Deferencing pointer leads to using the value of the object indirectly. But I've never really understood what does the "using" means. I started to think the question until my compiler yield an error for the following code
int i = 0, *pi = &i;
decltype(*pi) c; // error: 'c' declared as reference but not initialized.
I looked at the error for a very long time and searched some questions I can only give out the following arguments. I don't know if they are correct or not.
Arguments 1:
1) *p
is an expression that is not a variable (or non-variable expression)
2) dereferencing pointer expression yields a reference, we are in fact using a reference to access the value of the object
Arguments 2:
the dereferencing expression only for which decltype
returns a reference, it is not a general case
Please points out any incorrectness or inaccurate descriptions of the above arguments.
Dereferencing a pointer yields an lvalue expression of the pointed-to type designating the object or function pointed to. It does not yield a reference.* *pi
is an lvalue of type int
.
decltype
(with an exception not relevant here) reports both an expression's type and its value category, the latter being encoded with reference types. Since *pi
is an lvalue, it's encoded as an lvalue reference type, so decltype(*pi)
is int &
: int
for the type, &
for the value category.
Expressions never have reference type because any referenceness is adjusted away "prior to any further analysis".
* This isn't a merely technical distinction: per the direction of core issue 232 and core issue 453, there are valid dereference expressions you can write where binding its result to a reference would cause undefined behavior.

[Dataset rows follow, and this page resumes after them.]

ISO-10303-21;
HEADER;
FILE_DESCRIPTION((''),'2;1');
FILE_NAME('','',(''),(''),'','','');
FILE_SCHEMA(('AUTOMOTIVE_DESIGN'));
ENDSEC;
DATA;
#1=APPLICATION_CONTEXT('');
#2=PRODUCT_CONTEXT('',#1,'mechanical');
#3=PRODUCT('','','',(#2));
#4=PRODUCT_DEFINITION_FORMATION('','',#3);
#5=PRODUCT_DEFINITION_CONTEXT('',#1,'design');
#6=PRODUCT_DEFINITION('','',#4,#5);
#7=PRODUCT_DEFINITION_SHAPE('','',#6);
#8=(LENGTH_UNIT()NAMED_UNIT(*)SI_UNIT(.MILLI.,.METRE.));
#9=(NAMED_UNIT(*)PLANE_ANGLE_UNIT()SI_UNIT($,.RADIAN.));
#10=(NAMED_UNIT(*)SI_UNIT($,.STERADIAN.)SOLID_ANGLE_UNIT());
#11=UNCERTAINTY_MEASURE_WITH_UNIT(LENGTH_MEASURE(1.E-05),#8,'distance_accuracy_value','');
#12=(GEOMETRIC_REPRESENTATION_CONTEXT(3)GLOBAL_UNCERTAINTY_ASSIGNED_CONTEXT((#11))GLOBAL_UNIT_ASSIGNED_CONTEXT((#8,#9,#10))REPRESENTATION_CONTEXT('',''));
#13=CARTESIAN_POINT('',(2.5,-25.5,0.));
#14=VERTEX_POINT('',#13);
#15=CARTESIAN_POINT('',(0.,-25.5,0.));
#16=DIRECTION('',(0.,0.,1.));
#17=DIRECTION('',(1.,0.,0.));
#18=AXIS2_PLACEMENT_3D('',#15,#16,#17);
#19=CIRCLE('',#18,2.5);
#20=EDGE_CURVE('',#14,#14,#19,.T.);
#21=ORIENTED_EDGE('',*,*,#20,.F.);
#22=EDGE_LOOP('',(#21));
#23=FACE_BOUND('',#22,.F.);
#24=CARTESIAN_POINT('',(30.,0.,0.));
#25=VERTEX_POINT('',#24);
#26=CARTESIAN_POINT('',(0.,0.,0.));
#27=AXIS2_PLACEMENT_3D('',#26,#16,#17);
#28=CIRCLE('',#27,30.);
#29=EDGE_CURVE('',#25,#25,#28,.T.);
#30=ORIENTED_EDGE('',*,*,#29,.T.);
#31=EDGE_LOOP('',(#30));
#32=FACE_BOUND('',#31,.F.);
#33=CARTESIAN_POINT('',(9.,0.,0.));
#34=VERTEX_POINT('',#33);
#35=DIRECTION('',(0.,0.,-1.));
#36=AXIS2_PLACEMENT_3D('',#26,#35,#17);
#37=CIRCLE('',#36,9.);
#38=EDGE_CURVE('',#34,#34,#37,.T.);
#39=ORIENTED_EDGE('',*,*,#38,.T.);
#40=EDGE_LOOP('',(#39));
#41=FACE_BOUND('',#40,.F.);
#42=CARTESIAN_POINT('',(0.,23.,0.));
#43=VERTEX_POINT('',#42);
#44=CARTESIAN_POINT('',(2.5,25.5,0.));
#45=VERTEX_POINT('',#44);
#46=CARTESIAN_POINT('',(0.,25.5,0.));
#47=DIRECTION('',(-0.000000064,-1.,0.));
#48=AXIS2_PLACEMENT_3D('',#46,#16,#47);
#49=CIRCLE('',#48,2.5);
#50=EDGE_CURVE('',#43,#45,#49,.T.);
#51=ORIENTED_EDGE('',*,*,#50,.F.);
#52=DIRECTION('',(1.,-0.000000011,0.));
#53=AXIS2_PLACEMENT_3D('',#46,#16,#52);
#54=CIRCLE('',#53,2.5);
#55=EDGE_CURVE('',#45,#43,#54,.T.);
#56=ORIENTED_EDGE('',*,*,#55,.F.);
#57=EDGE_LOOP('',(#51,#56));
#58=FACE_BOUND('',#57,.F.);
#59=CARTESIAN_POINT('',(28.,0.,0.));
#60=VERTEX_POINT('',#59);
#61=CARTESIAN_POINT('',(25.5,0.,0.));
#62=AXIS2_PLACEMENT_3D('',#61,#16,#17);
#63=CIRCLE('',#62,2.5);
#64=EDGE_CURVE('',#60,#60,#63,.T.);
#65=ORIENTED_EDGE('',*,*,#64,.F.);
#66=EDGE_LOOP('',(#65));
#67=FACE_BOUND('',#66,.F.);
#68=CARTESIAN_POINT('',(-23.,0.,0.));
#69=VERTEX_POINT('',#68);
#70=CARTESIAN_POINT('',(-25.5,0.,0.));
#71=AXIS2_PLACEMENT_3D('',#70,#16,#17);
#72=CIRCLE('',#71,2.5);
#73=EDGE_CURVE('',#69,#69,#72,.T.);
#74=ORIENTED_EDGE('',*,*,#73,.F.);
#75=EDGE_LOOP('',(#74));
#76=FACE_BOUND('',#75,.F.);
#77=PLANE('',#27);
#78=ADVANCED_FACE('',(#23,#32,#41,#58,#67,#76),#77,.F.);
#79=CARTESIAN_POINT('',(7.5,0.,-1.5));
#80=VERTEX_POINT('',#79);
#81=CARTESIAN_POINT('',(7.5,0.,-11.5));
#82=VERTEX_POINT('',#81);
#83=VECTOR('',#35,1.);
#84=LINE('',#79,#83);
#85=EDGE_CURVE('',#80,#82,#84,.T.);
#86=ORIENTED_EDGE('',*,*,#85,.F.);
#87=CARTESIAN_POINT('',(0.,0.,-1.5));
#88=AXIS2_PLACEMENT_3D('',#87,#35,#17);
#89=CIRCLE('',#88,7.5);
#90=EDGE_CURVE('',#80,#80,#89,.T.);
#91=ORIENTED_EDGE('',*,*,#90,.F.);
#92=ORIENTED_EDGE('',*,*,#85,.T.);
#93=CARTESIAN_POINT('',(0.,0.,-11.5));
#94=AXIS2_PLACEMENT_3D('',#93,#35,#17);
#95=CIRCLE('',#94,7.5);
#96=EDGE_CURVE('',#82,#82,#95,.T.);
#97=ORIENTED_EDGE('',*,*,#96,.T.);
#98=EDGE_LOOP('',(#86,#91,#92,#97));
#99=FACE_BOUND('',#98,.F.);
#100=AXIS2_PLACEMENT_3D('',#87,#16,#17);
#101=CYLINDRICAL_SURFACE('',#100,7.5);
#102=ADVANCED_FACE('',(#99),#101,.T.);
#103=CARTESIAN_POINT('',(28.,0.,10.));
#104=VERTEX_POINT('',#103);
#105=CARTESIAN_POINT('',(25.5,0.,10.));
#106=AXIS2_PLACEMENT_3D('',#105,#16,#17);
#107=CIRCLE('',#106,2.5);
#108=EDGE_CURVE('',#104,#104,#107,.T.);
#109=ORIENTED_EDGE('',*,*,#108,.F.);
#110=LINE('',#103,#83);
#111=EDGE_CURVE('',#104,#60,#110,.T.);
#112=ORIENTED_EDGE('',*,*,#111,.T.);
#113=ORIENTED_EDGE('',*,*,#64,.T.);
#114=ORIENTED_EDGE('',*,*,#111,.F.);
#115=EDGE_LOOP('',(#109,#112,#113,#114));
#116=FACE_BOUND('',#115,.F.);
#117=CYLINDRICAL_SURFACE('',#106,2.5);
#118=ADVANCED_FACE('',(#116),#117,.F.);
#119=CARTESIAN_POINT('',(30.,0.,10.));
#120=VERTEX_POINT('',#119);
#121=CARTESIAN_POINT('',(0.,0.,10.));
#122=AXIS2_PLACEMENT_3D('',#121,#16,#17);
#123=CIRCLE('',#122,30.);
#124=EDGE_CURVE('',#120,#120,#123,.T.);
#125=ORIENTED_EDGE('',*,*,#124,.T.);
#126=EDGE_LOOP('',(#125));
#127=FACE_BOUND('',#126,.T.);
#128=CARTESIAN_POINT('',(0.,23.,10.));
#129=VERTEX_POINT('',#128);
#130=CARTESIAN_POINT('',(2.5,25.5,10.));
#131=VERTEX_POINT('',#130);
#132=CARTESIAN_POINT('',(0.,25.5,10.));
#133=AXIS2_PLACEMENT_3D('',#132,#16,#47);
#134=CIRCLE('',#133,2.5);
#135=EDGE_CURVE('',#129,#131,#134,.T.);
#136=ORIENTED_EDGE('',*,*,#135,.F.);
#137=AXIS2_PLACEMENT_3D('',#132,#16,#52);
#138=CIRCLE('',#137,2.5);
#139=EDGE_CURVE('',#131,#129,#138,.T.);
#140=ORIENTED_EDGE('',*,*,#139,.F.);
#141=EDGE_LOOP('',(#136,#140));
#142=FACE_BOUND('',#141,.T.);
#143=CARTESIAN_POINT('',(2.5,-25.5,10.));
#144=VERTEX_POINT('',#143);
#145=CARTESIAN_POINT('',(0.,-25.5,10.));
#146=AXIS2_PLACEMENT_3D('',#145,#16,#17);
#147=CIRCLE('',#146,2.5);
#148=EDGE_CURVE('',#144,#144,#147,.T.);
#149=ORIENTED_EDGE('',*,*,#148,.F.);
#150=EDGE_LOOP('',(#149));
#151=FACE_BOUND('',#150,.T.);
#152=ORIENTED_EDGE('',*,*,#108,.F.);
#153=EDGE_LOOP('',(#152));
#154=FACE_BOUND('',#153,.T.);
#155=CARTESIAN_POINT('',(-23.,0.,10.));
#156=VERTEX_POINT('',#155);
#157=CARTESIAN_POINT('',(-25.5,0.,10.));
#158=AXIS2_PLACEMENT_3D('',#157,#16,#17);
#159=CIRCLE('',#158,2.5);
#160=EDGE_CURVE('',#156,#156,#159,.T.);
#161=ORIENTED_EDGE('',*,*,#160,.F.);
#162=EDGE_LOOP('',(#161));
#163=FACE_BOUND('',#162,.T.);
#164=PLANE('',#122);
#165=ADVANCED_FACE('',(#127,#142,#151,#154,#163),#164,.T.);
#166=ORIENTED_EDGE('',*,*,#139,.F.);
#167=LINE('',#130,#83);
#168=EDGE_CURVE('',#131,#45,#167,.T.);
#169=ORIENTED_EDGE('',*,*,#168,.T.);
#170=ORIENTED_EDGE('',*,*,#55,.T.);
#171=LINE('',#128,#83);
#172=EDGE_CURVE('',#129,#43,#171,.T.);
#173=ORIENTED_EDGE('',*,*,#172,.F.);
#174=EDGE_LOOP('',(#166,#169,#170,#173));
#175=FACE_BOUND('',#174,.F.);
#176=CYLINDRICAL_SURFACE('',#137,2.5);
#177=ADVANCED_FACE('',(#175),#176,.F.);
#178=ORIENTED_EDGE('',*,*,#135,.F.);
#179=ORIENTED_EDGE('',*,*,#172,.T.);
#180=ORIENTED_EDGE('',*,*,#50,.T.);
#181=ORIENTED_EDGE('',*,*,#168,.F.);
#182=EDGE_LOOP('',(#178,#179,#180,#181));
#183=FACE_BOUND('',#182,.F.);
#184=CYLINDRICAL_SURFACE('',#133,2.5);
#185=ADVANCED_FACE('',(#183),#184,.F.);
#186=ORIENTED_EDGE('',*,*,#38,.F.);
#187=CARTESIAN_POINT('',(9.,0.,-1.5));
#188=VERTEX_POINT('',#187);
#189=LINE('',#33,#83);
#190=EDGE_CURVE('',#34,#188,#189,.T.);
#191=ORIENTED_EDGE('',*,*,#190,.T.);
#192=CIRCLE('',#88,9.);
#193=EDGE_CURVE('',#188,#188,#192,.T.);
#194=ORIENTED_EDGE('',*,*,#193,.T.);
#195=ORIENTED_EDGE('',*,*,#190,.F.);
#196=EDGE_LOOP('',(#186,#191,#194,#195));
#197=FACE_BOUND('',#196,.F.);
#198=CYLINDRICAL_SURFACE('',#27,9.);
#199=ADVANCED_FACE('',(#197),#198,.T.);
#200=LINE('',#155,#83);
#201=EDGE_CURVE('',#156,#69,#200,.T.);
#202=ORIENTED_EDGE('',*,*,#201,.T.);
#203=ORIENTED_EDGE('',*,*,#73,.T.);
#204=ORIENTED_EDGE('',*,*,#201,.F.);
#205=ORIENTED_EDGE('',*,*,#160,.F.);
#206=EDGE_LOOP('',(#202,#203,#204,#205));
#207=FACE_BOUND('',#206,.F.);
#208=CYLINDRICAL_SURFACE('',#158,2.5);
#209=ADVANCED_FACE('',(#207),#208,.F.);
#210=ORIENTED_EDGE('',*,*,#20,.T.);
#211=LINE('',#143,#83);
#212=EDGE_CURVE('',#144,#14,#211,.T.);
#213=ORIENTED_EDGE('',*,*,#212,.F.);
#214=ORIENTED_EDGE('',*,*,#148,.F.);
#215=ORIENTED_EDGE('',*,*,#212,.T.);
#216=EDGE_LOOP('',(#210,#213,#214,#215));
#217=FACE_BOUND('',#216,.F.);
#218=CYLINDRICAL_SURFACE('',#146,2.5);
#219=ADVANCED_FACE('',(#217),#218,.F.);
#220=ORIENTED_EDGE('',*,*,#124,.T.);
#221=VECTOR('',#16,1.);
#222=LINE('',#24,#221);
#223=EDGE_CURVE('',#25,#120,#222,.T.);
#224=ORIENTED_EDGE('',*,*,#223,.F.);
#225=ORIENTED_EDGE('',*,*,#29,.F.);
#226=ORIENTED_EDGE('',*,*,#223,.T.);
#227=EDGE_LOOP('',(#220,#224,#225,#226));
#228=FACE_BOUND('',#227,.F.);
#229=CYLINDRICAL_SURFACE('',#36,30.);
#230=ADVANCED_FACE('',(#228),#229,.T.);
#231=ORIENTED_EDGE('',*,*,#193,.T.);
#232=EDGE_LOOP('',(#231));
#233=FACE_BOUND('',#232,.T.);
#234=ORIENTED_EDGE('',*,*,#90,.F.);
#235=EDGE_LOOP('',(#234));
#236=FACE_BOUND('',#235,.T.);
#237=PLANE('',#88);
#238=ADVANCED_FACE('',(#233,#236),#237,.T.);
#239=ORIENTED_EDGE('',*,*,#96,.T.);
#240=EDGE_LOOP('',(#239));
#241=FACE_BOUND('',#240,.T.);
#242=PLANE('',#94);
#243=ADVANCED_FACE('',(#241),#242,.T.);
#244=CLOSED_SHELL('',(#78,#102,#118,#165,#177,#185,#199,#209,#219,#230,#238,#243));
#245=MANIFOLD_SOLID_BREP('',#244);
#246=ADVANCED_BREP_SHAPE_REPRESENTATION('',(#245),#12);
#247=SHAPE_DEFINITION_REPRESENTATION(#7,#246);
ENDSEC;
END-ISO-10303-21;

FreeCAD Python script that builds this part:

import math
import FreeCAD as App
import Part
import Sketcher

V = App.Vector

doc = App.newDocument("Part")
body = doc.addObject("PartDesign::Body", "Body")

sketch1 = doc.addObject("Sketcher::SketchObject", "Sketch")
body.addObject(sketch1)
sketch1.AttachmentSupport = (doc.XY_Plane, [""])
sketch1.MapMode = "FlatFace"
sketch1.addGeometry(Part.Circle(V(0, 0, 0), V(0, 0, 1), 30), False)
sketch1.addConstraint(Sketcher.Constraint("Coincident", 0, 3, -1, 1))
sketch1.addConstraint(Sketcher.Constraint("Diameter", 0, 60.0))
pad1 = doc.addObject("PartDesign::Pad", "Pad")
body.addObject(pad1)
pad1.Profile = sketch1
pad1.Length = 10

sketch2 = doc.addObject("Sketcher::SketchObject", "Sketch001")
body.addObject(sketch2)
sketch2.AttachmentSupport = (doc.XY_Plane, [""])
sketch2.MapMode = "FlatFace"
sketch2.AttachmentOffset = App.Placement(V(0, 0, 10), App.Rotation())
sketch2.addGeometry(Part.ArcOfCircle(Part.Circle(V(0, 25.5, 0), V(0, 0, 1), 2.5), math.radians(-90), math.radians(0)), False)
sketch2.addGeometry(Part.ArcOfCircle(Part.Circle(V(0, 25.5, 0), V(0, 0, 1), 2.5), math.radians(0), math.radians(270)), False)
sketch2.addGeometry(Part.Circle(V(25.5, 0, 0), V(0, 0, 1), 2.5), False)
sketch2.addGeometry(Part.Circle(V(0, -25.5, 0), V(0, 0, 1), 2.5), False)
sketch2.addGeometry(Part.Circle(V(-25.5, 0, 0), V(0, 0, 1), 2.5), False)
sketch2.addConstraint(Sketcher.Constraint("Tangent", 0, 1, 1, 2))
sketch2.addConstraint(Sketcher.Constraint("Coincident", 1, 1, 0, 2))
sketch2.addConstraint(Sketcher.Constraint("Equal", 1, 2))
sketch2.addConstraint(Sketcher.Constraint("Equal", 2, 3))
sketch2.addConstraint(Sketcher.Constraint("Equal", 3, 4))
sketch2.addConstraint(Sketcher.Constraint("Symmetric", 0, 3, 3, 3, -1, 1))
sketch2.addConstraint(Sketcher.Constraint("Symmetric", 2, 3, 4, 3, -1, 1))
sketch2.addConstraint(Sketcher.Constraint("PointOnObject", 0, 3, -2))
sketch2.addConstraint(Sketcher.Constraint("PointOnObject", 2, 3, -1))
sketch2.addConstraint(Sketcher.Constraint("PointOnObject", 0, 1, -2))
sketch2.addConstraint(Sketcher.Constraint("Horizontal", 0, 3, 1, 1))
sketch2.addConstraint(Sketcher.Constraint("Diameter", 2, 5.0))
sketch2.addConstraint(Sketcher.Constraint("DistanceY", -1, 1, 0, 1, 23.0))
sketch2.addConstraint(Sketcher.Constraint("DistanceX", 4, 3, 2, 3, 51.0))
pocket1 = doc.addObject("PartDesign::Pocket", "Pocket")
body.addObject(pocket1)
pocket1.Profile = sketch2
pocket1.Type = "ThroughAll"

To answer your title question: as T.C. answered too, no. Expressions never have reference type. Given an int a; int &b = a;
, both the expression a
and the expression b
have type int
, and both expressions are lvalues.
1) *p
is an expression that is not a variable (or non-variable expression)
Correct.
2) dereferencing pointer expression yields a reference, we are in fact using a reference to access the value of the object
Dereferencing a pointer gives an lvalue, which decltype
changes into an lvalue reference.
the dereferencing expression only for which decltype returns a reference, it is not a general case
I'm not entirely sure what you mean here. If you mean that when decltype
doesn't produce a reference, having a declaration decltype(...) c;
without an initialiser can be valid, then yes, indeed. If you mean that aside from dereferenced pointers, decltype
never produces a reference type, then no. For instance,
int a;
decltype((a)) b; // not okay - decltype((a)) is int & because (a) is not the name of the
// variable, and the expression (a) is an lvalue
decltype(a) c; // okay - decltype(a) is int because a is the name of the variable
decltype(+a) d; // okay - decltype(+a) is int because the +a is a prvalue of type int
As a matter of fact, standard says following in 8.5.2.1:
The unary * operator performs indirection: the expression to which it
is applied shall be a pointer to an object type, or a pointer to a
function type and the result is an lvalue referring to the object or
function to which the expression points. If the type of the expression
is “pointer to T”, the type of the result is “T”.
So it is not the reference, but decltype()
gives you something which actually has a representation in the C++ types system, and reference is the closest thing to it.